Goal of the exercise: Of the entries below, return only those lines from the line with "v26 (48.5,70,9)" to the line with "v33 (67.5,90,9)", exactly, both included.

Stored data
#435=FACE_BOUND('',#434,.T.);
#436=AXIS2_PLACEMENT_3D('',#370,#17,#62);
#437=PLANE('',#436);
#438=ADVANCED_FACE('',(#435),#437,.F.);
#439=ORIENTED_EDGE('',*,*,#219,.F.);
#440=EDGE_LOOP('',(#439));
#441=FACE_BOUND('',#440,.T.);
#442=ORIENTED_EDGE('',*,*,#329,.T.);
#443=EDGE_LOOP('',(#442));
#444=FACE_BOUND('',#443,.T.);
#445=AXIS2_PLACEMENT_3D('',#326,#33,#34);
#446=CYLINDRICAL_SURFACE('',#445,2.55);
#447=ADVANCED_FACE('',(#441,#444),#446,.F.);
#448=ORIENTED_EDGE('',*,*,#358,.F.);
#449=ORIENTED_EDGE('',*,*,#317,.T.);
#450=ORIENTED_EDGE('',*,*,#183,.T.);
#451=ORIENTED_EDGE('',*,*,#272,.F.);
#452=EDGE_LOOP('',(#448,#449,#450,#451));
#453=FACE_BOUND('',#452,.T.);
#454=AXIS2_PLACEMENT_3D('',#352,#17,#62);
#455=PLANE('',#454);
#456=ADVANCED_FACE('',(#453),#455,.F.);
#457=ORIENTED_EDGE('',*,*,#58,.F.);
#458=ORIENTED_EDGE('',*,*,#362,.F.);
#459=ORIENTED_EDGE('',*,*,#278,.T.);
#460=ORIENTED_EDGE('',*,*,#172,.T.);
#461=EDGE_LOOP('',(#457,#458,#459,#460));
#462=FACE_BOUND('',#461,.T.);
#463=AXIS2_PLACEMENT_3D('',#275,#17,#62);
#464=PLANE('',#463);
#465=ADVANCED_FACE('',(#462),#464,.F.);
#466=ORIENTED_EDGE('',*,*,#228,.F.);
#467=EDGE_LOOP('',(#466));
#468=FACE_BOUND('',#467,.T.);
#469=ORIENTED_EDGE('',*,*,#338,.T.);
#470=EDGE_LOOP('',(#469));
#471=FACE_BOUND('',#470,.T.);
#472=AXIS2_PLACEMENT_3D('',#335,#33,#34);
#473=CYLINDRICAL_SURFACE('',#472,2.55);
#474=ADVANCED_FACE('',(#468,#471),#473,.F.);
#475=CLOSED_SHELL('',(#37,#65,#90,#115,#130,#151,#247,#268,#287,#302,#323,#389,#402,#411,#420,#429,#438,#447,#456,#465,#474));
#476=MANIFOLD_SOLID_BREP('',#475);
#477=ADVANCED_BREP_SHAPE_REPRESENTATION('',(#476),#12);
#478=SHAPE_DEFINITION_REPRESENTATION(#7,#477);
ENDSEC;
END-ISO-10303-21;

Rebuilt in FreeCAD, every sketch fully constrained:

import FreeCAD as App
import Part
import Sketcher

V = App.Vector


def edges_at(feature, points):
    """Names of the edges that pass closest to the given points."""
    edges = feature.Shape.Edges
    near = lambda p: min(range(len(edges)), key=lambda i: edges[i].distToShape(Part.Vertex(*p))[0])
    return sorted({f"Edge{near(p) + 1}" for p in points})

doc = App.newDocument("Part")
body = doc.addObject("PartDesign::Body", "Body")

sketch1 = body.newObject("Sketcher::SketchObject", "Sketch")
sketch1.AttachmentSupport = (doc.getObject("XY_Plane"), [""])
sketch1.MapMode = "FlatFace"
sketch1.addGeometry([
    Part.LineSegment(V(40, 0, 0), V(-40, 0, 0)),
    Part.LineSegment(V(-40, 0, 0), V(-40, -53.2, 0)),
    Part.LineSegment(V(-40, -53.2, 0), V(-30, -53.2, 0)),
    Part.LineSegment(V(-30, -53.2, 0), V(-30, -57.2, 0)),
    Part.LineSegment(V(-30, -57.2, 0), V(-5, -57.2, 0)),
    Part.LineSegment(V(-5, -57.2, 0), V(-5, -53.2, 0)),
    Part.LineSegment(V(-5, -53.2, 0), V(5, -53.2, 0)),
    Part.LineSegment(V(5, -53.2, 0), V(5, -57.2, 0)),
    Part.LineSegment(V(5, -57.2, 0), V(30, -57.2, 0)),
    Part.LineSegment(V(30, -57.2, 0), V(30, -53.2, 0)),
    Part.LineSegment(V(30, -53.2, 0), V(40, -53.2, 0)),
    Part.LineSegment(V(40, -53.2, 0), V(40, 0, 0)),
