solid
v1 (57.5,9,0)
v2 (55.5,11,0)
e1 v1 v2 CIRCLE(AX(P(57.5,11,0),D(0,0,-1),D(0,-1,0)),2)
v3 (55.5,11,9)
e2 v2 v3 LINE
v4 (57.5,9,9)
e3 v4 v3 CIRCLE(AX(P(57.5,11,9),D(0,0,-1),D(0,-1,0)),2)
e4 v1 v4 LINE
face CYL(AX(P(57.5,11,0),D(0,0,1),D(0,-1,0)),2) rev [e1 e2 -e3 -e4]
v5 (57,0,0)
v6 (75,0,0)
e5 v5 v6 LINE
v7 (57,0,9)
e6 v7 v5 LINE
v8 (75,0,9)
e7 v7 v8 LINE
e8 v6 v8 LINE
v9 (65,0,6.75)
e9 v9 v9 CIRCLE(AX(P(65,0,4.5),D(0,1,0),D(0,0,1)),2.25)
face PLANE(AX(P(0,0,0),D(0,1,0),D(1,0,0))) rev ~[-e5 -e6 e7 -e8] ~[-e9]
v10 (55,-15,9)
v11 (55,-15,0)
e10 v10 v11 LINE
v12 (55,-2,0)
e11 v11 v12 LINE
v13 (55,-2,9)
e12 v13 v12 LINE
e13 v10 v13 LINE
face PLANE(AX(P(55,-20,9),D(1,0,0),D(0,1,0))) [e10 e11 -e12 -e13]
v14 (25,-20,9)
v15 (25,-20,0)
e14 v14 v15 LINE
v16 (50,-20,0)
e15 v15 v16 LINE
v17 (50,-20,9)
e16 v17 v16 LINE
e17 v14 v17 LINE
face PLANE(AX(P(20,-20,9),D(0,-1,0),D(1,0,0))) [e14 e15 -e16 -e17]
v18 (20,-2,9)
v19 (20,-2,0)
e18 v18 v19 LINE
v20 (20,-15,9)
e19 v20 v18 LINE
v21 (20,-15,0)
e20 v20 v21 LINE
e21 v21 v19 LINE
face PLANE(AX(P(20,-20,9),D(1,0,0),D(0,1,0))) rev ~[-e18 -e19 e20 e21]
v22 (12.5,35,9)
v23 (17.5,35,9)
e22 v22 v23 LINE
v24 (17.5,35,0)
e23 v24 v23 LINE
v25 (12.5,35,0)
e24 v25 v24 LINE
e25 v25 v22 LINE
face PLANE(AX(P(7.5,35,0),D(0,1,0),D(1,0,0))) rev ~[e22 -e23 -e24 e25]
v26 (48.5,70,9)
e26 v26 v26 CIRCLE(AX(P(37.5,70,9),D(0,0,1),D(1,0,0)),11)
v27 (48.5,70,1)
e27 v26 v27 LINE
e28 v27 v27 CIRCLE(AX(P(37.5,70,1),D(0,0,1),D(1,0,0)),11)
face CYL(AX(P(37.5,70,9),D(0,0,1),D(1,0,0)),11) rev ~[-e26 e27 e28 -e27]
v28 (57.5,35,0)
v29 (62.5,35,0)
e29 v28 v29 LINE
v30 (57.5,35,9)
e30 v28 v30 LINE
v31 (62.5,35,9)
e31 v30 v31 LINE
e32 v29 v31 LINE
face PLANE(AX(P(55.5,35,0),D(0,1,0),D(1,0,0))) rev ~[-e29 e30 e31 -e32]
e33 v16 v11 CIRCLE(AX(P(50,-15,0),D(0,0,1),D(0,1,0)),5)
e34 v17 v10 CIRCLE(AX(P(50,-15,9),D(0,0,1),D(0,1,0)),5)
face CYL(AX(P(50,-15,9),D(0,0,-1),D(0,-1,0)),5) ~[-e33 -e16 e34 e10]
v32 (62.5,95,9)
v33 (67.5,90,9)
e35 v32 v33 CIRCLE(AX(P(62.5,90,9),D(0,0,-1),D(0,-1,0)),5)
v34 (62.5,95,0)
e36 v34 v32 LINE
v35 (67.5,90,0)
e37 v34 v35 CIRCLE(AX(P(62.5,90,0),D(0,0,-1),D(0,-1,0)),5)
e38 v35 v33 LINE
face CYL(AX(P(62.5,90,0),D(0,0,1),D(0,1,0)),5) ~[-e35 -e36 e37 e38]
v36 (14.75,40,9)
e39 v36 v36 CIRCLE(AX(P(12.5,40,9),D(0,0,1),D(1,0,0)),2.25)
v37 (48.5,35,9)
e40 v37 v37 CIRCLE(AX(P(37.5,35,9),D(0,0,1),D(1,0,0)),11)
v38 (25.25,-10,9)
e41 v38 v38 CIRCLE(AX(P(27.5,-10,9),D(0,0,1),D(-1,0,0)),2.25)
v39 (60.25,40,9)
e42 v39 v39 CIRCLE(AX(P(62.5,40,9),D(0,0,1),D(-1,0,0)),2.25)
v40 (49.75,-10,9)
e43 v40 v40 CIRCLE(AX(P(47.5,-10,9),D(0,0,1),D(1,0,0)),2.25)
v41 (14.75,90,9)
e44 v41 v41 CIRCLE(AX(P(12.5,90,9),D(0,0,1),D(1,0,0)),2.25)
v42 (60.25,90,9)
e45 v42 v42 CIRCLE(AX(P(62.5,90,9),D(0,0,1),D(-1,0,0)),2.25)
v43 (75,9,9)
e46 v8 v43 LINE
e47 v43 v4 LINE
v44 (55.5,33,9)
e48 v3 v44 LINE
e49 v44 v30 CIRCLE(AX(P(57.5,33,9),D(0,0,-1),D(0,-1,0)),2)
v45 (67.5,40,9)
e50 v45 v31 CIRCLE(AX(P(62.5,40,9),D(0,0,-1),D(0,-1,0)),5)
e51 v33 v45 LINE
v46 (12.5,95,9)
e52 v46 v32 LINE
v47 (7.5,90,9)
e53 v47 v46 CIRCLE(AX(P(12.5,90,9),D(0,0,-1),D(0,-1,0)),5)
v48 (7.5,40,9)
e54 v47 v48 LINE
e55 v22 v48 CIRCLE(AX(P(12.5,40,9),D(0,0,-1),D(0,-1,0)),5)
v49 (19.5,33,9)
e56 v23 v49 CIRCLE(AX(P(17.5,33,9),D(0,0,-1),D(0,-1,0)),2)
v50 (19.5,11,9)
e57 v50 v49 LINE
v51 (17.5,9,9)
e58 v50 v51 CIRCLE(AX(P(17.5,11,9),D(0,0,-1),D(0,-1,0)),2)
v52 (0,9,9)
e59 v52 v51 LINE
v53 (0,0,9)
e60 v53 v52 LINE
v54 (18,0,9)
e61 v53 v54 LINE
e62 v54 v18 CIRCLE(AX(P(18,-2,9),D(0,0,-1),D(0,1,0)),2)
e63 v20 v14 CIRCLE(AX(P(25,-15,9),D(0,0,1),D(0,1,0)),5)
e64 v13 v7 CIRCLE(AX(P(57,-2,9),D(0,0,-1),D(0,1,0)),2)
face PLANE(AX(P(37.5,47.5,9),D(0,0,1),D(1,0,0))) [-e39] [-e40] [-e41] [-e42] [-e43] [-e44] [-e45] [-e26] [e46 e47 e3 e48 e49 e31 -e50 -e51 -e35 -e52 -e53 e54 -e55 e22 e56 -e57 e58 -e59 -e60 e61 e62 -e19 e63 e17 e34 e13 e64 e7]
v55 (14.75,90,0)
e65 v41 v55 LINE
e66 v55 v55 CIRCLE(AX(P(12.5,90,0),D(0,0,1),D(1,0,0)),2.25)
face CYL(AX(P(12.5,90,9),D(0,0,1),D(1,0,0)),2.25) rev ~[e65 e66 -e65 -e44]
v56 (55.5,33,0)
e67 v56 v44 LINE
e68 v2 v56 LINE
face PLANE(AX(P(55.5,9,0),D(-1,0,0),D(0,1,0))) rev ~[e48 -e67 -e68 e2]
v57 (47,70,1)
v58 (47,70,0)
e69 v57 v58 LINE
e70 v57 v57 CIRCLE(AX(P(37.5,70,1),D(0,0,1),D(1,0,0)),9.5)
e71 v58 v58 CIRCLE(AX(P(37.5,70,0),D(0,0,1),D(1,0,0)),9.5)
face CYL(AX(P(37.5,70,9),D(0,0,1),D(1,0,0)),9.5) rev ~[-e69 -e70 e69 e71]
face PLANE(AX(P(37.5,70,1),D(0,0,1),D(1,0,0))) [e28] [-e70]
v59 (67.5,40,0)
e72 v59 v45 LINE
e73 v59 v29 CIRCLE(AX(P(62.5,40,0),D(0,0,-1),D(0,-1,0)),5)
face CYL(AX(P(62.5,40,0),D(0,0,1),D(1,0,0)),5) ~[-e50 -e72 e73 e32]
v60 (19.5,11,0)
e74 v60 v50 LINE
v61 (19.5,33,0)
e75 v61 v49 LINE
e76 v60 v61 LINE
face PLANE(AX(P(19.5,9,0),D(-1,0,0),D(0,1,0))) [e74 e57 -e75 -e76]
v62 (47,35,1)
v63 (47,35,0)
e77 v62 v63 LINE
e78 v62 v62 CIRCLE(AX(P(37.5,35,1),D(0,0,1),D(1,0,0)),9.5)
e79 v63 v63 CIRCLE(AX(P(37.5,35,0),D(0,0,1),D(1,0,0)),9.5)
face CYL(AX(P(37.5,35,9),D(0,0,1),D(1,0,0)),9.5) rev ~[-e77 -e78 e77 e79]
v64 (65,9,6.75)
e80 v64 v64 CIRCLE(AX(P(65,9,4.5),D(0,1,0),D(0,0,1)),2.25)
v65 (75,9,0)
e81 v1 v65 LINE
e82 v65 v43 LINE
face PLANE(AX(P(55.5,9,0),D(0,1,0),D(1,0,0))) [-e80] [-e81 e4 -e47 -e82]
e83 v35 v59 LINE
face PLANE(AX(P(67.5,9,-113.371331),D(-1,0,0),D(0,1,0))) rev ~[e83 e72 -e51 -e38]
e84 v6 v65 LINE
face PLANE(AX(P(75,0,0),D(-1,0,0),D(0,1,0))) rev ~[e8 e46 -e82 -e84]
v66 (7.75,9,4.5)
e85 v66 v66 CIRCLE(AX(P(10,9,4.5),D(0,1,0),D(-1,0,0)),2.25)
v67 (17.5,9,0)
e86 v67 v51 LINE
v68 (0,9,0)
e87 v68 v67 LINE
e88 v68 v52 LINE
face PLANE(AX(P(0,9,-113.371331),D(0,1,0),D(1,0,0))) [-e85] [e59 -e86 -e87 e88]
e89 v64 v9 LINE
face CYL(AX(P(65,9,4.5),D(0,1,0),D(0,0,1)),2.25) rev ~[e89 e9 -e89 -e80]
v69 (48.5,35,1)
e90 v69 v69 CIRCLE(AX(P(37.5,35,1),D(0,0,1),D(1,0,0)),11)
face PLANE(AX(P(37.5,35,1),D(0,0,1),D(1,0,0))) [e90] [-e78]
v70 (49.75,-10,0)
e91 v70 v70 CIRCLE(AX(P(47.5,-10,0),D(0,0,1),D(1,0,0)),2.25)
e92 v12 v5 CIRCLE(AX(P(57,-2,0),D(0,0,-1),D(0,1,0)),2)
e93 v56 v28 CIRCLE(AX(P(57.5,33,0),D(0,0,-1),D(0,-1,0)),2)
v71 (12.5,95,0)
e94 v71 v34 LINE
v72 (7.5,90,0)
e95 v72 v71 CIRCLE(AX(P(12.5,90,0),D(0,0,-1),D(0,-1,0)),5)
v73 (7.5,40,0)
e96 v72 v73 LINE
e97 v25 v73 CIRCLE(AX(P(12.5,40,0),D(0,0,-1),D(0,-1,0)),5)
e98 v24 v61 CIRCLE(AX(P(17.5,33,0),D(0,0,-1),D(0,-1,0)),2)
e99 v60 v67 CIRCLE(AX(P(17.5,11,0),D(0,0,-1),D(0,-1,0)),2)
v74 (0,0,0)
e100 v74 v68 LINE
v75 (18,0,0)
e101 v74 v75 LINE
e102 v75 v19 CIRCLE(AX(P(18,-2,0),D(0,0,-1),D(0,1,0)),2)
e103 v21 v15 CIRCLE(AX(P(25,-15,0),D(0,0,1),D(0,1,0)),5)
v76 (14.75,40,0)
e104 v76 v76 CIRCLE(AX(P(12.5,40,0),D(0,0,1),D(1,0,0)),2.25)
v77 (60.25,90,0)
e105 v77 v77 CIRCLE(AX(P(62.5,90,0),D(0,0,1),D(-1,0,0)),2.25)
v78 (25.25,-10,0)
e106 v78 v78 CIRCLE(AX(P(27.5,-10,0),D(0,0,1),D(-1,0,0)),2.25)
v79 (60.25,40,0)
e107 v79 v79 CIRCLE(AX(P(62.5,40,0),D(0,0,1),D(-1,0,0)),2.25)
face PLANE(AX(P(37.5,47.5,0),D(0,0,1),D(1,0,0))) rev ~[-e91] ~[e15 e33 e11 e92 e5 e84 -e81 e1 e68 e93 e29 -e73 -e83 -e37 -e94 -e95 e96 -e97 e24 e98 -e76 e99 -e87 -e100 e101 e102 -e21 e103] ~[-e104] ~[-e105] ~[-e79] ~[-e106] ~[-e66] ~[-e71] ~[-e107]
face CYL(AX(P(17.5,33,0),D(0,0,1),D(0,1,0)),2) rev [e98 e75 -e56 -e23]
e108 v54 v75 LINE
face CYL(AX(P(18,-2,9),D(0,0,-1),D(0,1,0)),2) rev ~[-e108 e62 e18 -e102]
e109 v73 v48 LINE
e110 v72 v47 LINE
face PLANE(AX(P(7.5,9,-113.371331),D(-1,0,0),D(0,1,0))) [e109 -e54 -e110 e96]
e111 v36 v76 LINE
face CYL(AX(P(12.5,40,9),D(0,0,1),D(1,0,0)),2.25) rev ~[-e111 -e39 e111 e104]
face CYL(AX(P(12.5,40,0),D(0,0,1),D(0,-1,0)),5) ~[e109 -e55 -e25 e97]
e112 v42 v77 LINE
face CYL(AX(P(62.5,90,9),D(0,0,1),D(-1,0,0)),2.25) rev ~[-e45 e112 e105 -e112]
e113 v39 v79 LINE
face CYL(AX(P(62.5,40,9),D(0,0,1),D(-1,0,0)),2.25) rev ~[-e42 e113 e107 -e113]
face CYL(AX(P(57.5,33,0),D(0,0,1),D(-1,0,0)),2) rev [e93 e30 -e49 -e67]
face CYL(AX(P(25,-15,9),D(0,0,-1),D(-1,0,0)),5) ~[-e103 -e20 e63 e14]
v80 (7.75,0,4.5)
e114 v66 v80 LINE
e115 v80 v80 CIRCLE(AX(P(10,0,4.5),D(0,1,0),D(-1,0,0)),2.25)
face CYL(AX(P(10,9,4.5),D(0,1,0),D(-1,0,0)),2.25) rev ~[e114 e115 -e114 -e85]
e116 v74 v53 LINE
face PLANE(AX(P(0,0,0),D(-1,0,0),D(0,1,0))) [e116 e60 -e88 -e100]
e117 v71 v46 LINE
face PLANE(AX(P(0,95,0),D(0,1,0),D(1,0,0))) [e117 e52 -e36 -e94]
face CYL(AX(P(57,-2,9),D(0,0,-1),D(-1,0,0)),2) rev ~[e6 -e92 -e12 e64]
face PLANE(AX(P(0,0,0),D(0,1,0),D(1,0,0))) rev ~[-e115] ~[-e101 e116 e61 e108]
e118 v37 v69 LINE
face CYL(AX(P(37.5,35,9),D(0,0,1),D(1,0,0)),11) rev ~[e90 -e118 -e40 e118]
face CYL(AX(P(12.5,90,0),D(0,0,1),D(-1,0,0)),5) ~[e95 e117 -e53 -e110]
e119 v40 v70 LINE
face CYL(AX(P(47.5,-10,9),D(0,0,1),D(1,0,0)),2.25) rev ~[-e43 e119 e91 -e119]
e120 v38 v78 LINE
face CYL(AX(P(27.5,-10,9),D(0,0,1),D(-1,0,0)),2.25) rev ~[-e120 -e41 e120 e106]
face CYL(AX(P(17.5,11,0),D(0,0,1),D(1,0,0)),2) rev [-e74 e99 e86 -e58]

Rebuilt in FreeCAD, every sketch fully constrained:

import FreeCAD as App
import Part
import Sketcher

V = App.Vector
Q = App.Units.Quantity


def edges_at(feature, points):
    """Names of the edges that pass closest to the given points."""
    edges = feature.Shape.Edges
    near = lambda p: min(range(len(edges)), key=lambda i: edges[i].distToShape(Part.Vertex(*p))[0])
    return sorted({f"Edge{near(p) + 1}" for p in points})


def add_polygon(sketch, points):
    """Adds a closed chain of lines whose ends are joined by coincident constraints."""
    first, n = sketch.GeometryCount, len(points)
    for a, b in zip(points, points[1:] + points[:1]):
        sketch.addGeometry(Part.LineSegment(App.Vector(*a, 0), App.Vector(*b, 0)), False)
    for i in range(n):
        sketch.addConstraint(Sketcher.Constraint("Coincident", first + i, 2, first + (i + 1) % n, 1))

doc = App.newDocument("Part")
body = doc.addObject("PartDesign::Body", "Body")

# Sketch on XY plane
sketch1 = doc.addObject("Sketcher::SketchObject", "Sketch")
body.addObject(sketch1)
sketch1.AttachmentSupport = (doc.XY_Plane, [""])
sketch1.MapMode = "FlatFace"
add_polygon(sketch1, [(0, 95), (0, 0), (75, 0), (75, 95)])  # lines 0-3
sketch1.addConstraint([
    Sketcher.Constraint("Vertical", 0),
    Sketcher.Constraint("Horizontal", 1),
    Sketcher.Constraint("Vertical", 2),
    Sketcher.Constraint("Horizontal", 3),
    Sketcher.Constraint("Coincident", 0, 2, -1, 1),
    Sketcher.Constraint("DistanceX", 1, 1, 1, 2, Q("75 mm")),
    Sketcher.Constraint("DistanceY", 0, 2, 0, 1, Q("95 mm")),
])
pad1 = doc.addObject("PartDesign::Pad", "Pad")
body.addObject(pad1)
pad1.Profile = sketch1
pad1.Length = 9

Response to this task:
v26 (48.5,70,9)
e26 v26 v26 CIRCLE(AX(P(37.5,70,9),D(0,0,1),D(1,0,0)),11)
v27 (48.5,70,1)
e27 v26 v27 LINE
e28 v27 v27 CIRCLE(AX(P(37.5,70,1),D(0,0,1),D(1,0,0)),11)
face CYL(AX(P(37.5,70,9),D(0,0,1),D(1,0,0)),11) rev ~[-e26 e27 e28 -e27]
v28 (57.5,35,0)
v29 (62.5,35,0)
e29 v28 v29 LINE
v30 (57.5,35,9)
e30 v28 v30 LINE
v31 (62.5,35,9)
e31 v30 v31 LINE
e32 v29 v31 LINE
face PLANE(AX(P(55.5,35,0),D(0,1,0),D(1,0,0))) rev ~[-e29 e30 e31 -e32]
e33 v16 v11 CIRCLE(AX(P(50,-15,0),D(0,0,1),D(0,1,0)),5)
e34 v17 v10 CIRCLE(AX(P(50,-15,9),D(0,0,1),D(0,1,0)),5)
face CYL(AX(P(50,-15,9),D(0,0,-1),D(0,-1,0)),5) ~[-e33 -e16 e34 e10]
v32 (62.5,95,9)
v33 (67.5,90,9)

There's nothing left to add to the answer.